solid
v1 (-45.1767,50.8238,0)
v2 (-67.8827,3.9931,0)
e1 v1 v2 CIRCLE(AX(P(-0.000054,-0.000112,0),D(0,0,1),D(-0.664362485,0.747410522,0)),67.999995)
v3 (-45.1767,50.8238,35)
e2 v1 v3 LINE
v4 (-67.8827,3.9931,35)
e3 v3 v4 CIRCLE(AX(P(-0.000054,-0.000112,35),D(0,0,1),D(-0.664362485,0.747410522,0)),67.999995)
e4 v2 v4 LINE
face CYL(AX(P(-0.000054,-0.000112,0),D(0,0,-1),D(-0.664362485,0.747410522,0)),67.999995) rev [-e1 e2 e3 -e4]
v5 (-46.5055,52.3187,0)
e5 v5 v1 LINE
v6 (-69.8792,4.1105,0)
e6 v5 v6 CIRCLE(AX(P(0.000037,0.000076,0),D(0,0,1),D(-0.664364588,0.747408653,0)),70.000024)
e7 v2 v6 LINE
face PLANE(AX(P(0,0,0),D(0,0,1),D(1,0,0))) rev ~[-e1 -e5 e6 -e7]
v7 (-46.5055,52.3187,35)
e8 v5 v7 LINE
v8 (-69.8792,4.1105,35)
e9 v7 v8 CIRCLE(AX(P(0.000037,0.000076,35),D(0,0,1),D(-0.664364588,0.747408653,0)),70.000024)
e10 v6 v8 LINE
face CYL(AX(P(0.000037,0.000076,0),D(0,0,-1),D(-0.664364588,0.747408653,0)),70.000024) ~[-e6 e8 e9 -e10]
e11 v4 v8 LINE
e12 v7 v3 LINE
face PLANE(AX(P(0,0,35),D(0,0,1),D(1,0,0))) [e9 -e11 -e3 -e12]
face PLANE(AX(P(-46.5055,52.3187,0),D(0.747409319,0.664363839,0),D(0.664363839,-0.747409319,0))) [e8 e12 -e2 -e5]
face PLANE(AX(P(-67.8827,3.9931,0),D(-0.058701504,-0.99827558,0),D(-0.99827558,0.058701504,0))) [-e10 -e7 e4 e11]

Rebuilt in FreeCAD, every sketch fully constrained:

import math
import FreeCAD as App
import Part
import Sketcher
Q = App.Units.Quantity

doc = App.newDocument("Part")
body = doc.addObject("PartDesign::Body", "Body")

# Sketch on XY plane
sketch1 = body.newObject("Sketcher::SketchObject", "Sketch")
sketch1.AttachmentSupport = (doc.getObject("XY_Plane"), [""])
sketch1.MapMode = "FlatFace"
sketch1.addGeometry(Part.ArcOfCircle(Part.Circle(App.Vector(0, 0, 0), App.Vector(0, 0, 1), 67.999948), math.radians(131.633532), math.radians(176.633539)), False)
sketch1.addGeometry(Part.LineSegment(App.Vector(-45.1767, 50.8238, 0), App.Vector(-46.5055, 52.3187, 0)), False)
sketch1.addGeometry(Part.ArcOfCircle(Part.Circle(App.Vector(0, 0, 0), App.Vector(0, 0, 1), 70.000056), math.radians(131.633533), math.radians(176.633573)), False)
sketch1.addGeometry(Part.LineSegment(App.Vector(-69.8792, 4.1105, 0), App.Vector(-67.8827, 3.9931, 0)), False)
sketch1.addConstraint(Sketcher.Constraint("Coincident", 0, 1, 1, 1))
sketch1.addConstraint(Sketcher.Constraint("Coincident", 1, 2, 2, 1))
sketch1.addConstraint(Sketcher.Constraint("Coincident", 2, 2, 3, 1))
sketch1.addConstraint(Sketcher.Constraint("Coincident", 3, 2, 0, 2))
sketch1.addConstraint(Sketcher.Constraint("Coincident", 0, 3, -1, 1))
sketch1.addConstraint(Sketcher.Constraint("Coincident", 2, 3, -1, 1))
sketch1.addConstraint(Sketcher.Constraint("Radius", 0, Q("68 mm")))
sketch1.addConstraint(Sketcher.Constraint("Radius", 2, Q("70 mm")))
sketch1.addConstraint(Sketcher.Constraint("DistanceY", -1, 1, 3, 2, Q("3.993 mm")))
sketch1.addConstraint(Sketcher.Constraint("DistanceY", 0, 1, 1, 2, Q("1.495 mm")))
sketch1.addConstraint(Sketcher.Constraint("DistanceX", 3, 2, 0, 1, Q("22.706 mm")))
sketch1.addConstraint(Sketcher.Constraint("DistanceX", 2, 2, -1, 1, Q("69.8793 mm")))
pad1 = body.newObject("PartDesign::Pad", "Pad")
pad1.Profile = sketch1
pad1.Length = 35

doc.recompute()
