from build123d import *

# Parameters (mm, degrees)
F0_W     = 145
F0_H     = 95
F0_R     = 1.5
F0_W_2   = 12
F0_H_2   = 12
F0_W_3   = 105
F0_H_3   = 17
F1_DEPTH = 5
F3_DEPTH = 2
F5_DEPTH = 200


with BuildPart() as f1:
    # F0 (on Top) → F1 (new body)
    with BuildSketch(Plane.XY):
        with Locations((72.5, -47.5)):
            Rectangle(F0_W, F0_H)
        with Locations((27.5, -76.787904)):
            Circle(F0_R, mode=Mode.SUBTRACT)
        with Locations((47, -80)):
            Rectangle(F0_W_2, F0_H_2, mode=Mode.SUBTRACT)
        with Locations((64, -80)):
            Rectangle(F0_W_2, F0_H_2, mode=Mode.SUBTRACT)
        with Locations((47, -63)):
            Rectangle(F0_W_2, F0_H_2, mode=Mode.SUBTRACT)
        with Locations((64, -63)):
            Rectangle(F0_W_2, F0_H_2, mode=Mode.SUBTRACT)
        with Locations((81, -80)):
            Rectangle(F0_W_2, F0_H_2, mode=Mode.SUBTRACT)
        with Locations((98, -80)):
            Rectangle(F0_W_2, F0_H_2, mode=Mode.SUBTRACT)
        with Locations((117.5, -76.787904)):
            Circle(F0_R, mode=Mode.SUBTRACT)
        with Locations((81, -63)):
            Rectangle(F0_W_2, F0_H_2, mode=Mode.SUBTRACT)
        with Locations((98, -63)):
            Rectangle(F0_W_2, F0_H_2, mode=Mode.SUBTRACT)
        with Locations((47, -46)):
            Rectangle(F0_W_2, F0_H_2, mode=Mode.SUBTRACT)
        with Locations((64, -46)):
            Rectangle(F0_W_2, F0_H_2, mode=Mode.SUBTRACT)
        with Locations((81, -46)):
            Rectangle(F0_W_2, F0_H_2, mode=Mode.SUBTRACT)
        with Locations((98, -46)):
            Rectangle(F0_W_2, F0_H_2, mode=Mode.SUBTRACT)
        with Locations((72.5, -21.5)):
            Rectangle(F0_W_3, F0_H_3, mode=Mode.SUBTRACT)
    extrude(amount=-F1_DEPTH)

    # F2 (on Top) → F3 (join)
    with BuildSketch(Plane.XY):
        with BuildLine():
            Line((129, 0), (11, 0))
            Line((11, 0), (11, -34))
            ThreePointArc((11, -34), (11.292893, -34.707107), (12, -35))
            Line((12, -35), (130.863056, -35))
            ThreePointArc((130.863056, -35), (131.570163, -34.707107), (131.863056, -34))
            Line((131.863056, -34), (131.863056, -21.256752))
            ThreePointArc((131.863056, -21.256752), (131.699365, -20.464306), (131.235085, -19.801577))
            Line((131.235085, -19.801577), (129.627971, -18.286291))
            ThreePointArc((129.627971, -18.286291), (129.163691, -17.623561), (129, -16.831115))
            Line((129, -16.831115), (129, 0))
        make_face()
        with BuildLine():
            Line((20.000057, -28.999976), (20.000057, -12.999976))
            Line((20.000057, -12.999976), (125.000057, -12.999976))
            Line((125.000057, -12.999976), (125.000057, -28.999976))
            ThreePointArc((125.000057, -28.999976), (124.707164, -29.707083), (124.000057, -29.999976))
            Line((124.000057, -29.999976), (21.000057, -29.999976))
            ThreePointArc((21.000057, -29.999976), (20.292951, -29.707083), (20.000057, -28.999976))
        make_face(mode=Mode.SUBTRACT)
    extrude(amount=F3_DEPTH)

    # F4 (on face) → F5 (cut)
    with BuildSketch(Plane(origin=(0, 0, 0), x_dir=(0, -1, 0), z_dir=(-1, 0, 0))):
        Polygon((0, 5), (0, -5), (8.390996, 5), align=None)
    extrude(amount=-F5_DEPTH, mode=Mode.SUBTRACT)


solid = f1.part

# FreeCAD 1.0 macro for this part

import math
import FreeCAD as App
import Part
import Sketcher
from FreeCAD import Vector
Q = App.Units.Quantity

doc = App.newDocument("Part")
params = doc.addObject("Spreadsheet::Sheet", "Params")
for row, (alias, value) in enumerate([
    ("sketch1_diameter", "3 mm"),
    ("sketch1_width", "145 mm"),
    ("sketch1_width2", "12 mm"),
    ("sketch1_width3", "105 mm"),
    ("sketch1_height", "95 mm"),
    ("pad1_length", "5 mm"),
    ("sketch2_radius", "0.999999 mm"),
    ("sketch2_width", "118 mm"),
    ("sketch2_width2", "105 mm"),
    ("sketch2_height", "34 mm"),
    ("sketch2_height2", "16 mm"),
    ("pad2_length", "2 mm"),
    ("sketch3_height", "10 mm"),
    ("pocket1_length", "200 mm"),
], start=1):
    params.set(f"A{row}", alias)
    params.set(f"B{row}", "=" + value)
    params.setAlias(f"B{row}", alias)

body = doc.addObject("PartDesign::Body", "Body")

# Sketch on XY plane
sketch1 = doc.addObject("Sketcher::SketchObject", "Sketch")
body.addObject(sketch1)
sketch1.AttachmentSupport = (doc.XY_Plane, [""])
sketch1.MapMode = "FlatFace"
sketch1.addGeometry([
    Part.LineSegment(Vector(0, 0, 0), Vector(0, -95, 0)),  # 0
    Part.LineSegment(Vector(0, -95, 0), Vector(145, -95, 0)),  # 1
    Part.LineSegment(Vector(145, -95, 0), Vector(145, 0, 0)),  # 2
    Part.LineSegment(Vector(145, 0, 0), Vector(0, 0, 0)),  # 3
    Part.Circle(Vector(27.5, -76.8, 0), Vector(0, 0, 1), 1.5),  # 4
    Part.LineSegment(Vector(53, -86, 0), Vector(41, -86, 0)),  # 5
    Part.LineSegment(Vector(41, -86, 0), Vector(41, -74, 0)),  # 6
    Part.LineSegment(Vector(41, -74, 0), Vector(53, -74, 0)),  # 7
    Part.LineSegment(Vector(53, -74, 0), Vector(53, -86, 0)),  # 8
    Part.LineSegment(Vector(70, -86, 0), Vector(58, -86, 0)),  # 9
    Part.LineSegment(Vector(58, -86, 0), Vector(58, -74, 0)),  # 10
    Part.LineSegment(Vector(58, -74, 0), Vector(70, -74, 0)),  # 11
    Part.LineSegment(Vector(70, -74, 0), Vector(70, -86, 0)),  # 12
    Part.LineSegment(Vector(53, -69, 0), Vector(41, -69, 0)),  # 13
    Part.LineSegment(Vector(41, -69, 0), Vector(41, -57, 0)),  # 14
    Part.LineSegment(Vector(41, -57, 0), Vector(53, -57, 0)),  # 15
    Part.LineSegment(Vector(53, -57, 0), Vector(53, -69, 0)),  # 16
    Part.LineSegment(Vector(70, -69, 0), Vector(58, -69, 0)),  # 17
    Part.LineSegment(Vector(58, -69, 0), Vector(58, -57, 0)),  # 18
    Part.LineSegment(Vector(58, -57, 0), Vector(70, -57, 0)),  # 19
    Part.LineSegment(Vector(70, -57, 0), Vector(70, -69, 0)),  # 20
    Part.LineSegment(Vector(87, -86, 0), Vector(75, -86, 0)),  # 21
    Part.LineSegment(Vector(75, -86, 0), Vector(75, -74, 0)),  # 22
    Part.LineSegment(Vector(75, -74, 0), Vector(87, -74, 0)),  # 23
    Part.LineSegment(Vector(87, -74, 0), Vector(87, -86, 0)),  # 24
    Part.LineSegment(Vector(104, -86, 0), Vector(92, -86, 0)),  # 25
    Part.LineSegment(Vector(92, -86, 0), Vector(92, -74, 0)),  # 26
    Part.LineSegment(Vector(92, -74, 0), Vector(104, -74, 0)),  # 27
    Part.LineSegment(Vector(104, -74, 0), Vector(104, -86, 0)),  # 28
    Part.Circle(Vector(117.5, -76.8, 0), Vector(0, 0, 1), 1.5),  # 29
    Part.LineSegment(Vector(87, -69, 0), Vector(75, -69, 0)),  # 30
    Part.LineSegment(Vector(75, -69, 0), Vector(75, -57, 0)),  # 31
    Part.LineSegment(Vector(75, -57, 0), Vector(87, -57, 0)),  # 32
    Part.LineSegment(Vector(87, -57, 0), Vector(87, -69, 0)),  # 33
    Part.LineSegment(Vector(104, -69, 0), Vector(92, -69, 0)),  # 34
    Part.LineSegment(Vector(92, -69, 0), Vector(92, -57, 0)),  # 35
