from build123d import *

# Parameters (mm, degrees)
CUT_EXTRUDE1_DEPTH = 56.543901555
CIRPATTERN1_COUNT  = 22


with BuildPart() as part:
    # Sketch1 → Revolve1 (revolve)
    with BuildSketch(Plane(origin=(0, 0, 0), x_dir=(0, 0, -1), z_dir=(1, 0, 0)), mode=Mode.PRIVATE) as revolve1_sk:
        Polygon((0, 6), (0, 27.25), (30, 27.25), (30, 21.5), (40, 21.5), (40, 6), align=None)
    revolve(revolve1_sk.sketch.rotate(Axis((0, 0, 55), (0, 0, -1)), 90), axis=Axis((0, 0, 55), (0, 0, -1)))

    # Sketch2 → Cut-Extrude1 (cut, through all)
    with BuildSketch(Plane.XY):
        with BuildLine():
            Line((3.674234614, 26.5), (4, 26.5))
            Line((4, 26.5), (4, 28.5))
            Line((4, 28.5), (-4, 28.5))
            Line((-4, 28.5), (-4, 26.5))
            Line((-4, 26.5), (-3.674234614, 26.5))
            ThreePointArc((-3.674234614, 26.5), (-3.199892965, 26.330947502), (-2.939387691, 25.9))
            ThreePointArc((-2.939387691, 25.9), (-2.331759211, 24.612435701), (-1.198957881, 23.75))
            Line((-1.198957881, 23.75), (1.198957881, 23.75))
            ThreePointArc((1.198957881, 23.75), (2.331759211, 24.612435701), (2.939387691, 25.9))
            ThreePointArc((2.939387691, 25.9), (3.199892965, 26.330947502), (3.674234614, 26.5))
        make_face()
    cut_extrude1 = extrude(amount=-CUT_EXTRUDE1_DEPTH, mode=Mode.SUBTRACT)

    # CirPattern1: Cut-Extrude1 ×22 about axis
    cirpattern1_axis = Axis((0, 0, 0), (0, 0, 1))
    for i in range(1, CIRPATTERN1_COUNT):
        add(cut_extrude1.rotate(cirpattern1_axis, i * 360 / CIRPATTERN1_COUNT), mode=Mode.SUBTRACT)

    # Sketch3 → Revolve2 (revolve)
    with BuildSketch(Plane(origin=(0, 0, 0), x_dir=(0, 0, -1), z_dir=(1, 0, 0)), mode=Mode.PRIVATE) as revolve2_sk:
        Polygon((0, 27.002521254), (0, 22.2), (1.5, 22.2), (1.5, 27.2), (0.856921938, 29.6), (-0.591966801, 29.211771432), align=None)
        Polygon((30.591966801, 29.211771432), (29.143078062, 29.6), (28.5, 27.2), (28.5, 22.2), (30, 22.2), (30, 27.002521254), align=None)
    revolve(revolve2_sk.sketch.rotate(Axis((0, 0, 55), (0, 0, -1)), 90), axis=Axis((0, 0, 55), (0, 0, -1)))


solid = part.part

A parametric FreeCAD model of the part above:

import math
import FreeCAD as App
import Part
import Sketcher

V = App.Vector
Q = App.Units.Quantity

doc = App.newDocument("Part")
body = doc.addObject("PartDesign::Body", "Body")

# Sketch on YZ plane
sketch1 = body.newObject("Sketcher::SketchObject", "Sketch")
sketch1.AttachmentSupport = (doc.getObject("YZ_Plane"), [""])
sketch1.MapMode = "FlatFace"
sketch1.addGeometry([
    Part.LineSegment(V(27, 0, 0), V(6, 0, 0)),  # 0
    Part.LineSegment(V(6, 0, 0), V(6, -40, 0)),  # 1
    Part.LineSegment(V(6, -40, 0), V(22, -40, 0)),  # 2
    Part.LineSegment(V(22, -40, 0), V(22, -30, 0)),  # 3
    Part.LineSegment(V(22, -30, 0), V(27, -30, 0)),  # 4
    Part.LineSegment(V(27, -30, 0), V(27, 0, 0)),  # 5
], False)
sketch1.addConstraint([
    Sketcher.Constraint("Coincident", 0, 2, 1, 1),
    Sketcher.Constraint("Coincident", 1, 2, 2, 1),
    Sketcher.Constraint("Coincident", 2, 2, 3, 1),
    Sketcher.Constraint("Coincident", 3, 2, 4, 1),
    Sketcher.Constraint("Coincident", 4, 2, 5, 1),
    Sketcher.Constraint("Coincident", 5, 2, 0, 1),
    Sketcher.Constraint("Horizontal", 0),
    Sketcher.Constraint("Vertical", 1),
    Sketcher.Constraint("Horizontal", 2),
    Sketcher.Constraint("Vertical", 3),
    Sketcher.Constraint("Horizontal", 4),
    Sketcher.Constraint("Vertical", 5),
    Sketcher.Constraint("PointOnObject", 0, 2, -1),
    Sketcher.Constraint("DistanceY", 1, 2, 1, 1, Q("40 mm")),
    Sketcher.Constraint("DistanceY", 3, 1, 3, 2, Q("10 mm")),
    Sketcher.Constraint("DistanceX", 2, 1, 2, 2, Q("15.5 mm")),
    Sketcher.Constraint("DistanceX", -1, 1, 0, 2, Q("6 mm")),
    Sketcher.Constraint("DistanceX", 0, 2, 0, 1, Q("21.25 mm")),
])
revolution = body.newObject("PartDesign::Revolution", "Revolution")
revolution.Profile = sketch1
revolution.ReferenceAxis = (sketch1, ["V_Axis"])
revolution.Angle = 360

# Sketch on XY plane
sketch2 = body.newObject("Sketcher::SketchObject", "Sketch001")
sketch2.AttachmentSupport = (doc.getObject("XY_Plane"), [""])
sketch2.MapMode = "FlatFace"
sketch2.addGeometry([
    Part.LineSegment(V(3.67, 26.5, 0), V(4, 26.5, 0)),  # 0
    Part.LineSegment(V(4, 26.5, 0), V(4, 28.5, 0)),  # 1
    Part.LineSegment(V(4, 28.5, 0), V(-4, 28.5, 0)),  # 2
    Part.LineSegment(V(-4, 28.5, 0), V(-4, 26.5, 0)),  # 3
    Part.LineSegment(V(-4, 26.5, 0), V(-3.67, 26.5, 0)),  # 4
    Part.ArcOfCircle(Part.Circle(V(-3.67, 25.75, 0), V(0, 0, 1), 0.75), math.radians(12), math.radians(90)),  # 5
    Part.ArcOfCircle(Part.Circle(V(0, 26.5, 0), V(0, 0, 1), 3), math.radians(-168), math.radians(-114)),  # 6
    Part.LineSegment(V(-1.2, 23.75, 0), V(1.2, 23.75, 0)),  # 7
    Part.ArcOfCircle(Part.Circle(V(0, 26.5, 0), V(0, 0, 1), 3), math.radians(-66), math.radians(-12)),  # 8
    Part.ArcOfCircle(Part.Circle(V(3.67, 25.75, 0), V(0, 0, 1), 0.75), math.radians(90), math.radians(168)),  # 9
], False)
sketch2.addConstraint([
    Sketcher.Constraint("Coincident", 0, 2, 1, 1),
    Sketcher.Constraint("Coincident", 1, 2, 2, 1),
    Sketcher.Constraint("Coincident", 2, 2, 3, 1),
    Sketcher.Constraint("Coincident", 3, 2, 4, 1),
    Sketcher.Constraint("Tangent", 4, 2, 5, 2),
    Sketcher.Constraint("Tangent", 5, 1, 6, 1),
    Sketcher.Constraint("Coincident", 6, 2, 7, 1),
    Sketcher.Constraint("Coincident", 7, 2, 8, 1),
    Sketcher.Constraint("Tangent", 8, 2, 9, 2),
    Sketcher.Constraint("Tangent", 9, 1, 0, 1),
    Sketcher.Constraint("Horizontal", 0),
    Sketcher.Constraint("Vertical", 1),
    Sketcher.Constraint("Horizontal", 2),
    Sketcher.Constraint("Vertical", 3),
    Sketcher.Constraint("Horizontal", 4),
    Sketcher.Constraint("Horizontal", 7),
    Sketcher.Constraint("Coincident", 8, 3, 6, 3),
    Sketcher.Constraint("Equal", 6, 8),
    Sketcher.Constraint("Equal", 5, 9),
    Sketcher.Constraint("Symmetric", 5, 3, 9, 3, -2),
    Sketcher.Constraint("Horizontal", 8, 3, 0, 2),
    Sketcher.Constraint("Equal", 0, 4),
    Sketcher.Constraint("Radius", 6, Q("3 mm")),
    Sketcher.Constraint("DistanceX", 2, 2, 2, 1, Q("8 mm")),
    Sketcher.Constraint("DistanceY", 1, 1, 1, 2, Q("2 mm")),
    Sketcher.Constraint("Radius", 5, Q("0.75 mm")),
    Sketcher.Constraint("DistanceY", 6, 2, 5, 3, Q("2 mm")),
    Sketcher.Constraint("DistanceY", -1, 1, 6, 3, Q("26.5 mm")),
])
pocket1 = body.newObject("PartDesign::Pocket", "Pocket")
pocket1.Profile = sketch2
pocket1.Type = "ThroughAll"
doc.recompute()

polarpattern = body.newObject("PartDesign::PolarPattern", "PolarPattern")
polarpattern.Originals = [pocket1]
polarpattern.Axis = (doc.getObject("Z_Axis"), [""])
polarpattern.Angle = 360
polarpattern.Occurrences = 22
body.Tip = polarpattern

# Sketch on YZ plane
sketch3 = body.newObject("Sketcher::SketchObject", "Sketch002")
sketch3.AttachmentSupport = (doc.getObject("YZ_Plane"), [""])
sketch3.MapMode = "FlatFace"
sketch3.addGeometry([
    Part.LineSegment(V(27, 0, 0), V(22.2, 0, 0)),  # 0
    Part.LineSegment(V(22.2, 0, 0), V(22.2, -1.5, 0)),  # 1
    Part.LineSegment(V(22.2, -1.5, 0), V(27.2, -1.5, 0)),  # 2
    Part.LineSegment(V(27.2, -1.5, 0), V(29.6, -0.9, 0)),  # 3
    Part.LineSegment(V(29.6, -0.9, 0), V(29.2, 0.6, 0)),  # 4
    Part.LineSegment(V(29.2, 0.6, 0), V(27, 0, 0)),  # 5
    Part.LineSegment(V(29.2, -30.6, 0), V(29.6, -29.1, 0)),  # 6
    Part.LineSegment(V(29.6, -29.1, 0), V(27.2, -28.5, 0)),  # 7
    Part.LineSegment(V(27.2, -28.5, 0), V(22.2, -28.5, 0)),  # 8
    Part.LineSegment(V(22.2, -28.5, 0), V(22.2, -30, 0)),  # 9
    Part.LineSegment(V(22.2, -30, 0), V(27, -30, 0)),  # 10
    Part.LineSegment(V(27, -30, 0), V(29.2, -30.6, 0)),  # 11
], False)
sketch3.addConstraint([
    Sketcher.Constraint("Coincident", 0, 2, 1, 1),
    Sketcher.Constraint("Coincident", 1, 2, 2, 1),
    Sketcher.Constraint("Coincident", 2, 2, 3, 1),
    Sketcher.Constraint("Coincident", 3, 2, 4, 1),
    Sketcher.Constraint("Coincident", 4, 2, 5, 1),
    Sketcher.Constraint("Coincident", 5, 2, 0, 1),
    Sketcher.Constraint("Coincident", 6, 2, 7, 1),
    Sketcher.Constraint("Coincident", 7, 2, 8, 1),
    Sketcher.Constraint("Coincident", 8, 2, 9, 1),
    Sketcher.Constraint("Coincident", 9, 2, 10, 1),
    Sketcher.Constraint("Coincident", 10, 2, 11, 1),
    Sketcher.Constraint("Coincident", 11, 2, 6, 1),
    Sketcher.Constraint("Horizontal", 0),
    Sketcher.Constraint("Vertical", 1),
    Sketcher.Constraint("Horizontal", 2),
    Sketcher.Constraint("Horizontal", 8),
    Sketcher.Constraint("Vertical", 9),
    Sketcher.Constraint("Horizontal", 10),
    Sketcher.Constraint("PointOnObject", 0, 2, -1),
    Sketcher.Constraint("Perpendicular", 3, 4),
    Sketcher.Constraint("Perpendicular", 4, 5),
    Sketcher.Constraint("Perpendicular", 6, 7),
    Sketcher.Constraint("Parallel", 7, 11),
    Sketcher.Constraint("Vertical", 3, 2, 6, 2),
    Sketcher.Constraint("Vertical", 2, 2, 7, 2),
    Sketcher.Constraint("Vertical", 1, 2, 8, 2),
    Sketcher.Constraint("Vertical", 5, 2, 10, 2),
    Sketcher.Constraint("Vertical", 4, 2, 11, 2),
    Sketcher.Constraint("Equal", 1, 9),
    Sketcher.Constraint("DistanceX", 2, 1, 2, 2, Q("5 mm")),
    Sketcher.Constraint("Angle", 3, Q("15 deg")),
    Sketcher.Constraint("DistanceY", 1, 2, 1, 1, Q("1.5 mm")),
    Sketcher.Constraint("DistanceY", 9, 2, -1, 1, Q("30 mm")),
    Sketcher.Constraint("Distance", 4, Q("1.5 mm")),
    Sketcher.Constraint("DistanceX", -1, 1, 0, 2, Q("22.2 mm")),
    Sketcher.Constraint("DistanceX", -1, 1, 3, 2, Q("29.6 mm")),
])
revolution2 = body.newObject("PartDesign::Revolution", "Revolution001")
revolution2.Profile = sketch3
revolution2.ReferenceAxis = (sketch3, ["V_Axis"])
revolution2.Angle = 360

doc.recompute()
========================================
Given the entries above, say how many lines include the word "PRIVATE", and write nothing besides the number.

→ TASK OUTPUT
2